Produce an exact copy of the first line of the data below and each line after it, please, up to and including the one with "#208=CARTESIAN_POINT('',(-18.847586,2.780678,49.2018));".

[Dataset entries]
============

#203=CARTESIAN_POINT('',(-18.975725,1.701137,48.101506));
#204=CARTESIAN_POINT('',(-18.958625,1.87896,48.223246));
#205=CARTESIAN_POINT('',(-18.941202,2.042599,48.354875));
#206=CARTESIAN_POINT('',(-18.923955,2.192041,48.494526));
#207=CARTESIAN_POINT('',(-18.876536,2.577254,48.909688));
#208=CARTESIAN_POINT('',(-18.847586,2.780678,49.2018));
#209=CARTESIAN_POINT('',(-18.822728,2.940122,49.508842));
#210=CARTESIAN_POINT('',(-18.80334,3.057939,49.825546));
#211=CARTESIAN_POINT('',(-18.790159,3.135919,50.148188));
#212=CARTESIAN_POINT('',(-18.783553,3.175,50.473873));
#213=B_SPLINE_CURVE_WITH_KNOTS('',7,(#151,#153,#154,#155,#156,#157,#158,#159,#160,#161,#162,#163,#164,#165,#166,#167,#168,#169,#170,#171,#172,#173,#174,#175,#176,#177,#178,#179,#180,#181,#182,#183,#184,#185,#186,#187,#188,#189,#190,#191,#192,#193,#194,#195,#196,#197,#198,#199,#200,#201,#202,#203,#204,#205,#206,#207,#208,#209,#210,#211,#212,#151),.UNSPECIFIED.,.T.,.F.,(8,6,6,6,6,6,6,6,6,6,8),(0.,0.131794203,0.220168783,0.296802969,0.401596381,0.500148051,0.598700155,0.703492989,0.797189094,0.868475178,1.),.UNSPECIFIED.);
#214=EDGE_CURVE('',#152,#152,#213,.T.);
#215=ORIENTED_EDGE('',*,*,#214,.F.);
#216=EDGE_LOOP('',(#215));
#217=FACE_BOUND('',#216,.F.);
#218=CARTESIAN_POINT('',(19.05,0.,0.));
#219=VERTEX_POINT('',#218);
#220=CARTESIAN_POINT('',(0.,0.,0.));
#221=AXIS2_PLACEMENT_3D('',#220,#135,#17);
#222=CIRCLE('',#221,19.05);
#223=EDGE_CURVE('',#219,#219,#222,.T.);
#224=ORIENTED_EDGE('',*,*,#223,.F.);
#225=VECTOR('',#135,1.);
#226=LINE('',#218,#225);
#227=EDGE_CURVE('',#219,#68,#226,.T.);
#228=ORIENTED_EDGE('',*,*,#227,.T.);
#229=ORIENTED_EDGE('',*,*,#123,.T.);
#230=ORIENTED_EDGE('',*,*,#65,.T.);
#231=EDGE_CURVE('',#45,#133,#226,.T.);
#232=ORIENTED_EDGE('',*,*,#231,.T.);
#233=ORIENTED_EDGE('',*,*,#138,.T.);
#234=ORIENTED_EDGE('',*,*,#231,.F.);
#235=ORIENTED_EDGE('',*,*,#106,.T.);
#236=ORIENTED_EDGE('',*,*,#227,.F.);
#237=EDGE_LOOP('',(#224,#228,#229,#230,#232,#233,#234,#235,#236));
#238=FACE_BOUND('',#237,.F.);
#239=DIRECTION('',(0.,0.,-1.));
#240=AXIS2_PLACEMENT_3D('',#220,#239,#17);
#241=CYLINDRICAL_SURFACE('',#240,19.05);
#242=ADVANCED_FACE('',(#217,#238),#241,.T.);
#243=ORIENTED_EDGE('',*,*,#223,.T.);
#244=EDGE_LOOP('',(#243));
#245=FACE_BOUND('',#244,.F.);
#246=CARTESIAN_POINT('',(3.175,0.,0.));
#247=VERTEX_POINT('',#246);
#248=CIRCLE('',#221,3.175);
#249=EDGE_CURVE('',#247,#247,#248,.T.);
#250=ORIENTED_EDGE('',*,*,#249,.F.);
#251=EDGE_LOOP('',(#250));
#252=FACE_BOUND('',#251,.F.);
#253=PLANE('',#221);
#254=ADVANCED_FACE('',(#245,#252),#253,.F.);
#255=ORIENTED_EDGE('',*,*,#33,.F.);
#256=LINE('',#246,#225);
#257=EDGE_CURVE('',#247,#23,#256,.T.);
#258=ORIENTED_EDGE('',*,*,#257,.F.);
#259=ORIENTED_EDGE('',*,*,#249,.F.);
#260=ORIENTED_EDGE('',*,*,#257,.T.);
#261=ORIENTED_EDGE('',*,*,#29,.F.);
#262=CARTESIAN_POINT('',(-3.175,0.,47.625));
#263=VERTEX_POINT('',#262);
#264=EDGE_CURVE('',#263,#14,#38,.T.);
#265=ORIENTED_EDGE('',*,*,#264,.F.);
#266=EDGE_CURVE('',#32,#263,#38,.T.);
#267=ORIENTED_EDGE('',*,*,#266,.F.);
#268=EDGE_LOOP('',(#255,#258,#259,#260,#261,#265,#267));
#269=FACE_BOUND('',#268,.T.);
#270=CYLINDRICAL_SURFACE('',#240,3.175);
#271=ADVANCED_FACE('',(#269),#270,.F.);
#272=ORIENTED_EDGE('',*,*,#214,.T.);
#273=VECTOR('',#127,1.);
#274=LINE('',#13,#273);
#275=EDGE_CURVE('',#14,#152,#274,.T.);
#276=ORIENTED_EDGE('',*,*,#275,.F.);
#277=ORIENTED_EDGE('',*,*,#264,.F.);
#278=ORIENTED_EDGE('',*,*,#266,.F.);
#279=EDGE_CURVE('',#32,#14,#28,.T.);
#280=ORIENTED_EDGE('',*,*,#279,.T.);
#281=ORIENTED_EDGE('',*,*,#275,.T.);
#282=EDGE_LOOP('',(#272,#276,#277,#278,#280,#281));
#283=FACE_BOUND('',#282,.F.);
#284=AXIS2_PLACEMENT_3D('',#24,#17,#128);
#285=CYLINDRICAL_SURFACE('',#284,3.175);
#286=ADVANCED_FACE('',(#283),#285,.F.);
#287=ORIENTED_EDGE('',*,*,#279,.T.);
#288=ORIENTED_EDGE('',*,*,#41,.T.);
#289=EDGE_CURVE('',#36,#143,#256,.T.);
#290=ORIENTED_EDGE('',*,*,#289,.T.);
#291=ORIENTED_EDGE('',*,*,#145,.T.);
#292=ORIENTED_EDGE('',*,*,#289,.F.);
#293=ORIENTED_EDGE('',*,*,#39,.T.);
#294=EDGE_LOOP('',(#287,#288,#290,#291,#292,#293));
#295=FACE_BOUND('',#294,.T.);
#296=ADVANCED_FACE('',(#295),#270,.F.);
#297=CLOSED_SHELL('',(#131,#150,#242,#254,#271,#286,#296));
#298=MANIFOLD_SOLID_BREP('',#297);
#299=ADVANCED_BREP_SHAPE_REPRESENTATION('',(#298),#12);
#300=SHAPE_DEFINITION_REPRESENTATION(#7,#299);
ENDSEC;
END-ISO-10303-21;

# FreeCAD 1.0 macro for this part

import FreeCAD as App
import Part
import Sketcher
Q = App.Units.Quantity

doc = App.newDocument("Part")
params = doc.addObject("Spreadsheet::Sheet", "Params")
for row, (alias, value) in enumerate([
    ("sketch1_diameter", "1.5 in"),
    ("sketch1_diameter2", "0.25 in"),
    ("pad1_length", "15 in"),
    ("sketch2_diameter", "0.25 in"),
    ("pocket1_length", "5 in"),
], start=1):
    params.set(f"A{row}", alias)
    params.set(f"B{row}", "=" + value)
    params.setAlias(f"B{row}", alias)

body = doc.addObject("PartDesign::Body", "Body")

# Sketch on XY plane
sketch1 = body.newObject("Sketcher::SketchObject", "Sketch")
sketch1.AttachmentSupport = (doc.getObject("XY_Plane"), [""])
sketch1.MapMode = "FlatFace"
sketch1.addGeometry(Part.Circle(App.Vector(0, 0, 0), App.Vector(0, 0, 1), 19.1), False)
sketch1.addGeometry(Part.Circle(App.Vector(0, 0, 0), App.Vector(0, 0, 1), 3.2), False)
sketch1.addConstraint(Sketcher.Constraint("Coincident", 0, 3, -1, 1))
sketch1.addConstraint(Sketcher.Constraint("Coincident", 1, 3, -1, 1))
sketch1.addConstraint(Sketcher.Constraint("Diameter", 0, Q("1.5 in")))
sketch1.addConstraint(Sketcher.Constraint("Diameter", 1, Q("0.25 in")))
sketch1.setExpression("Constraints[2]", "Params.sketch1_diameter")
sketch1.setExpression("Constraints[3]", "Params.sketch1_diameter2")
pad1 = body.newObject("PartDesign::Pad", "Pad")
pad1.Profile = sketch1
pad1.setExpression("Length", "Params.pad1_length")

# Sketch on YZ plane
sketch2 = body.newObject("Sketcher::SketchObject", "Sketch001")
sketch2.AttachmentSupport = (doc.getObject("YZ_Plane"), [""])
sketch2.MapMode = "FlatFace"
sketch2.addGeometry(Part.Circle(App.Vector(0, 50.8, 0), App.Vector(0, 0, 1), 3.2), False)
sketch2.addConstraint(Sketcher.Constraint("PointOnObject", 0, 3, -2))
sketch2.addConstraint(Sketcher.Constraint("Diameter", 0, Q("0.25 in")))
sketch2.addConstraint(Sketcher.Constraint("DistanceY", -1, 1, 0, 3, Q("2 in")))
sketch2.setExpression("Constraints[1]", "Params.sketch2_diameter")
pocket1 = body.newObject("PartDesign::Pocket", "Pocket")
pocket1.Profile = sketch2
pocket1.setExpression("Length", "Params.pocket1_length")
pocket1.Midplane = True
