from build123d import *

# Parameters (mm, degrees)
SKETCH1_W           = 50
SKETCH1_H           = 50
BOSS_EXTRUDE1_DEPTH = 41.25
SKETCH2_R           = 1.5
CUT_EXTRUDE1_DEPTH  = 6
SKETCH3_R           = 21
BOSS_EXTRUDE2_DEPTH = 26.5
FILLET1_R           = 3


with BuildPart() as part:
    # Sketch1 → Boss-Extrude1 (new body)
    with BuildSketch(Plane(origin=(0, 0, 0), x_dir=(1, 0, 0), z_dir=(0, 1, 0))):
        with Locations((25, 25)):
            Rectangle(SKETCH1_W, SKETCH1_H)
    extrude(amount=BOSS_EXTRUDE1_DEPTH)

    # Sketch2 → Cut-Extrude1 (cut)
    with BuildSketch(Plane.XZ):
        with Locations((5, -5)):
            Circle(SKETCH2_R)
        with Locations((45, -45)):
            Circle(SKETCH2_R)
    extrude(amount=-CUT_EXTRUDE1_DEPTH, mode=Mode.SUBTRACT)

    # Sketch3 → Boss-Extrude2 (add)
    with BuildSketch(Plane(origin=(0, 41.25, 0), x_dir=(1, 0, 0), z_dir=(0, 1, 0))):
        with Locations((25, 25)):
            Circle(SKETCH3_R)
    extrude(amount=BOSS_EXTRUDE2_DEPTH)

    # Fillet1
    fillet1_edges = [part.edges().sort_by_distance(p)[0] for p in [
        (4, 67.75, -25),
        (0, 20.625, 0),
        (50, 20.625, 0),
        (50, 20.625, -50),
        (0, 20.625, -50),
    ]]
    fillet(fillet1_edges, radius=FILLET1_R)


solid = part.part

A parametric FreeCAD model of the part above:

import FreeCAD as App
import Part
import Sketcher
from FreeCAD import Vector
Q = App.Units.Quantity


def edges_at(feature, points):
    """Names of the edges that pass closest to the given points."""
    edges = feature.Shape.Edges
    near = lambda p: min(range(len(edges)), key=lambda i: edges[i].distToShape(Part.Vertex(*p))[0])
    return sorted({f"Edge{near(p) + 1}" for p in points})

doc = App.newDocument("Part")
params = doc.addObject("Spreadsheet::Sheet", "Params")
for row, (alias, value) in enumerate([
    ("sketch1_width", "50 mm"),
    ("pad1_length", "41.25 mm"),
    ("sketch2_diameter", "3 mm"),
    ("pocket1_length", "6 mm"),
    ("sketch3_diameter", "42 mm"),
    ("pad2_length", "26.5 mm"),
    ("fillet_radius", "3 mm"),
], start=1):
    params.set(f"A{row}", alias)
    params.set(f"B{row}", "=" + value)
    params.setAlias(f"B{row}", alias)

body = doc.addObject("PartDesign::Body", "Body")

sketch1 = doc.addObject("Sketcher::SketchObject", "Sketch")
body.addObject(sketch1)
sketch1.AttachmentSupport = (doc.XZ_Plane, [""])
sketch1.MapMode = "FlatFace"
sketch1.addGeometry(Part.LineSegment(Vector(0, -50, 0), Vector(0, 0, 0)), False)
sketch1.addGeometry(Part.LineSegment(Vector(0, 0, 0), Vector(50, 0, 0)), False)
sketch1.addGeometry(Part.LineSegment(Vector(50, 0, 0), Vector(50, -50, 0)), False)
sketch1.addGeometry(Part.LineSegment(Vector(50, -50, 0), Vector(0, -50, 0)), False)
sketch1.addConstraint(Sketcher.Constraint("Coincident", 0, 2, 1, 1))
sketch1.addConstraint(Sketcher.Constraint("Coincident", 1, 2, 2, 1))
sketch1.addConstraint(Sketcher.Constraint("Coincident", 2, 2, 3, 1))
sketch1.addConstraint(Sketcher.Constraint("Coincident", 3, 2, 0, 1))
sketch1.addConstraint(Sketcher.Constraint("Vertical", 0))
sketch1.addConstraint(Sketcher.Constraint("Horizontal", 1))
sketch1.addConstraint(Sketcher.Constraint("Vertical", 2))
sketch1.addConstraint(Sketcher.Constraint("Horizontal", 3))
sketch1.addConstraint(Sketcher.Constraint("Coincident", 0, 2, -1, 1))
sketch1.addConstraint(Sketcher.Constraint("Equal", 3, 0))
sketch1.addConstraint(Sketcher.Constraint("DistanceX", 1, 1, 1, 2, Q("50 mm")))
sketch1.setExpression("Constraints[10]", "Params.sketch1_width")
pad1 = doc.addObject("PartDesign::Pad", "Pad")
body.addObject(pad1)
pad1.Profile = sketch1
pad1.setExpression("Length", "Params.pad1_length")
pad1.Reversed = True

sketch2 = doc.addObject("Sketcher::SketchObject", "Sketch001")
body.addObject(sketch2)
sketch2.AttachmentSupport = (doc.XZ_Plane, [""])
sketch2.MapMode = "FlatFace"
sketch2.addGeometry(Part.Circle(Vector(5, -5, 0), Vector(0, 0, 1), 1.5), False)
sketch2.addGeometry(Part.Circle(Vector(45, -45, 0), Vector(0, 0, 1), 1.5), False)
sketch2.addConstraint(Sketcher.Constraint("Equal", 0, 1))
sketch2.addConstraint(Sketcher.Constraint("Diameter", 0, Q("3 mm")))
sketch2.addConstraint(Sketcher.Constraint("DistanceX", -1, 1, 0, 3, Q("5 mm")))
sketch2.addConstraint(Sketcher.Constraint("DistanceY", 0, 3, -1, 1, Q("5 mm")))
sketch2.addConstraint(Sketcher.Constraint("DistanceX", -1, 1, 1, 3, Q("45 mm")))
sketch2.addConstraint(Sketcher.Constraint("DistanceY", 1, 3, -1, 1, Q("45 mm")))
sketch2.setExpression("Constraints[1]", "Params.sketch2_diameter")
pocket1 = doc.addObject("PartDesign::Pocket", "Pocket")
body.addObject(pocket1)
pocket1.Profile = sketch2
pocket1.setExpression("Length", "Params.pocket1_length")

sketch3 = doc.addObject("Sketcher::SketchObject", "Sketch002")
body.addObject(sketch3)
sketch3.AttachmentSupport = (doc.XZ_Plane, [""])
sketch3.MapMode = "FlatFace"
sketch3.AttachmentOffset = App.Placement(Vector(0, 0, -41.25), App.Rotation())
sketch3.addGeometry(Part.Circle(Vector(25, -25, 0), Vector(0, 0, 1), 21), False)
sketch3.addConstraint(Sketcher.Constraint("Diameter", 0, Q("42 mm")))
sketch3.addConstraint(Sketcher.Constraint("DistanceX", -1, 1, 0, 3, Q("25 mm")))
sketch3.addConstraint(Sketcher.Constraint("DistanceY", 0, 3, -1, 1, Q("25 mm")))
sketch3.setExpression("Constraints[0]", "Params.sketch3_diameter")
pad2 = doc.addObject("PartDesign::Pad", "Pad001")
body.addObject(pad2)
pad2.Profile = sketch3
pad2.setExpression("Length", "Params.pad2_length")
pad2.Reversed = True
doc.recompute()

fillet = doc.addObject("PartDesign::Fillet", "Fillet")
body.addObject(fillet)
fillet.Base = (pad2, edges_at(pad2, [
    (4, 67.75, -25),
    (0, 20.625, 0),
    (50, 20.625, 0),
    (50, 20.625, -50),
    (0, 20.625, -50),
]))
fillet.setExpression("Radius", "Params.fillet_radius")

doc.recompute()
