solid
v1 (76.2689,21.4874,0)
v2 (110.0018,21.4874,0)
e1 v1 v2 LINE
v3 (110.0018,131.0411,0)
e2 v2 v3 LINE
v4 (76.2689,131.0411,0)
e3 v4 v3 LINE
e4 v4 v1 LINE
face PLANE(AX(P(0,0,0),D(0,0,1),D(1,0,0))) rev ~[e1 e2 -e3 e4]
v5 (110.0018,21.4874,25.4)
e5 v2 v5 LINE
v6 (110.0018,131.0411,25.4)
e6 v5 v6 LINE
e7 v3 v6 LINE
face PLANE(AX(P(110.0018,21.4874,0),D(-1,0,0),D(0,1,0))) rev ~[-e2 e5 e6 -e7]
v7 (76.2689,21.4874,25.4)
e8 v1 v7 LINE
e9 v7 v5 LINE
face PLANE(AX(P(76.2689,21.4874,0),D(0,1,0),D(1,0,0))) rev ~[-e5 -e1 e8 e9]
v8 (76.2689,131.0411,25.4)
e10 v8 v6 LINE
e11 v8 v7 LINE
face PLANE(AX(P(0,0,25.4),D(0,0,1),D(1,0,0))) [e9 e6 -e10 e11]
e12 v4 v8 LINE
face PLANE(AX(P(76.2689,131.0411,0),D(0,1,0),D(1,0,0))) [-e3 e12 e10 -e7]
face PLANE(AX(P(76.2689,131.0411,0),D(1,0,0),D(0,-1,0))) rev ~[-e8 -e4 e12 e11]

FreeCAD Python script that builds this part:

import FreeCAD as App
import Part
import Sketcher

V = App.Vector
Q = App.Units.Quantity


def add_polygon(sketch, points):
    """Adds a closed chain of lines whose ends are joined by coincident constraints."""
    first, n = sketch.GeometryCount, len(points)
    for a, b in zip(points, points[1:] + points[:1]):
        sketch.addGeometry(Part.LineSegment(App.Vector(*a, 0), App.Vector(*b, 0)), False)
    for i in range(n):
        sketch.addConstraint(Sketcher.Constraint("Coincident", first + i, 2, first + (i + 1) % n, 1))

doc = App.newDocument("Part")
body = doc.addObject("PartDesign::Body", "Body")

# Sketch on XY plane
sketch1 = body.newObject("Sketcher::SketchObject", "Sketch")
sketch1.AttachmentSupport = (doc.getObject("XY_Plane"), [""])
sketch1.MapMode = "FlatFace"
add_polygon(sketch1, [(76, 131), (76, 21), (110, 21), (110, 131)])  # lines 0-3
sketch1.addConstraint([
    Sketcher.Constraint("Vertical", 0),
    Sketcher.Constraint("Horizontal", 1),
    Sketcher.Constraint("Vertical", 2),
    Sketcher.Constraint("Horizontal", 3),
    Sketcher.Constraint("DistanceX", 1, 1, 1, 2, Q("33.733 mm")),
    Sketcher.Constraint("DistanceY", 0, 2, 0, 1, Q("109.5537 mm")),
    Sketcher.Constraint("DistanceY", -1, 1, 2, 2, Q("5.1591 in")),
    Sketcher.Constraint("DistanceX", -1, 1, 0, 2, Q("76.269 mm")),
])
pad1 = body.newObject("PartDesign::Pad", "Pad")
pad1.Profile = sketch1
pad1.Length = Q("1 in")

doc.recompute()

============

▶ Answer box
#203=CARTESIAN_POINT('',(-18.975725,1.701137,48.101506));
#204=CARTESIAN_POINT('',(-18.958625,1.87896,48.223246));
#205=CARTESIAN_POINT('',(-18.941202,2.042599,48.354875));
#206=CARTESIAN_POINT('',(-18.923955,2.192041,48.494526));
#207=CARTESIAN_POINT('',(-18.876536,2.577254,48.909688));
#208=CARTESIAN_POINT('',(-18.847586,2.780678,49.2018));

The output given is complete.